Often compared to The Great because both series are about young women and deal in intentional anachronisms, but I actually think Dickinson does a better job, not least because Emily's relationship with reality is extremely tenuous. Riding in a literal carriage with Death? Who is played by Wiz Khalifa? Sure! Travelling to the future and meeting Sylvia Plath? Absolutely! It works because the series is absolutely steeped in love and respect for Dickinson's life and work. I read a detailed bio of Dickinson between seasons, and was impressed at how much truth there was in the series.
[Content notes: got a lot of criticism, especially in season 1, for using a massive amount of Black music without including Black characters to any great extent. This was corrected to an extent in the ensuing seasons, especially with the addition of Ayo Edebiri (The Bear) to both the cast and the writing team, but still didn't quite click for some viewers.]

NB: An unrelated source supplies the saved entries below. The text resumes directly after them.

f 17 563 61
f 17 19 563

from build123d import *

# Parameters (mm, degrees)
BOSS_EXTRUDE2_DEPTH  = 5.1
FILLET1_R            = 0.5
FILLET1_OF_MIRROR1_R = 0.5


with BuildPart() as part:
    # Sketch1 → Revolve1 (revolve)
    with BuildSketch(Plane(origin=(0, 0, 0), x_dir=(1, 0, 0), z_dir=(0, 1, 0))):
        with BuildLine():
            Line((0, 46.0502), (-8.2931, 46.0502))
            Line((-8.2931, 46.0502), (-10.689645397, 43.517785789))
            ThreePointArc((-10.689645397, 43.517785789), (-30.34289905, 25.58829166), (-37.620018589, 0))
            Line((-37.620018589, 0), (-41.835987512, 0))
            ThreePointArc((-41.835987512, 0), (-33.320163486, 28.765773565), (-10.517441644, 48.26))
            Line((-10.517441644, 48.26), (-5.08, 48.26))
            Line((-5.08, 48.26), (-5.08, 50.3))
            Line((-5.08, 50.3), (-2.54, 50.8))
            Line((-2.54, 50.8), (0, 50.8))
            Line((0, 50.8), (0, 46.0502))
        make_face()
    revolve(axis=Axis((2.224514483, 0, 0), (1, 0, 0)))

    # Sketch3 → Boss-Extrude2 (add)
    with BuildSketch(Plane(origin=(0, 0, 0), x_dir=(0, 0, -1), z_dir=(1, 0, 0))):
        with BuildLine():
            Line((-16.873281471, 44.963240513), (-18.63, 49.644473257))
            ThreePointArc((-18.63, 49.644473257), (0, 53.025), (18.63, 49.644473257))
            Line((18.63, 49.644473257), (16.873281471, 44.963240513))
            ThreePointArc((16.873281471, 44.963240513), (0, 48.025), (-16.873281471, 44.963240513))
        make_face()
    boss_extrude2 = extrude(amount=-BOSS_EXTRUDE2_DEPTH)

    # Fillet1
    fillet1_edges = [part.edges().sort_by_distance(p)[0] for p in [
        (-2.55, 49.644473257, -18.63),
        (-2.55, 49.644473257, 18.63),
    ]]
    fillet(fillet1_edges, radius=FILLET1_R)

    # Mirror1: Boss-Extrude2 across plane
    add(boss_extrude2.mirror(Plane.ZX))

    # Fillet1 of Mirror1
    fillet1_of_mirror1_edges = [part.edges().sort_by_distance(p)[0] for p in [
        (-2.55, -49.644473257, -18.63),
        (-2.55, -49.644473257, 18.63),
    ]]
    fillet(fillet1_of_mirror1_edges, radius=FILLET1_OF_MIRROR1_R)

Mythic Quest is a workplace comedy set in a video game company. Notable for the extremely platonic relationship between the male and female leads, the fact that the female lead is an Australian woman of colour who is, frankly, really hard work and not very likeable (I love her), and its deep knowledge and affection for nerd culture.
I haven't watched the third season yet, because it's oddly loud in a way that I need to be in the right mood for, but it's a really good time if you've played video games or spent any time in the WorldCon end of the SFF community.
[Content notes: F Murray Abraham played an elderly, Hugo Award-winning novelist who was brought on to write the titular game, but actually spends most of his time being a racist, sexist jerk. Apparently art imitated life, because he was fired for harassment in the third season. This is good, but also a shame because honestly, it was an amazing satire of that guy we all know in fandom. Season 2 features a standalone episode about that character in his youth, and it's one of the best depictions of the SF community of the 1950s that I've ever seen.]
And also
Making this post, I've realised there's so much on AppleTV+ that I haven't watched yet. The Pachinko adaptation. A series about Idris Elba on a hijacked plane. Something with Tom Hiddleston as a horny priest? And they all have okay-or-better reviews. Literally the only thing on the service I've seen get actively bad reviews was Invasion, and honestly? Fair. Everything else seems to be mediocre-or-better, and as you can see, right now Apple's mediocrity is still better than a Netflix original that will be cancelled after a season. Apple seems to be using its bottomless wealth to take creative risks, and I respect that a lot.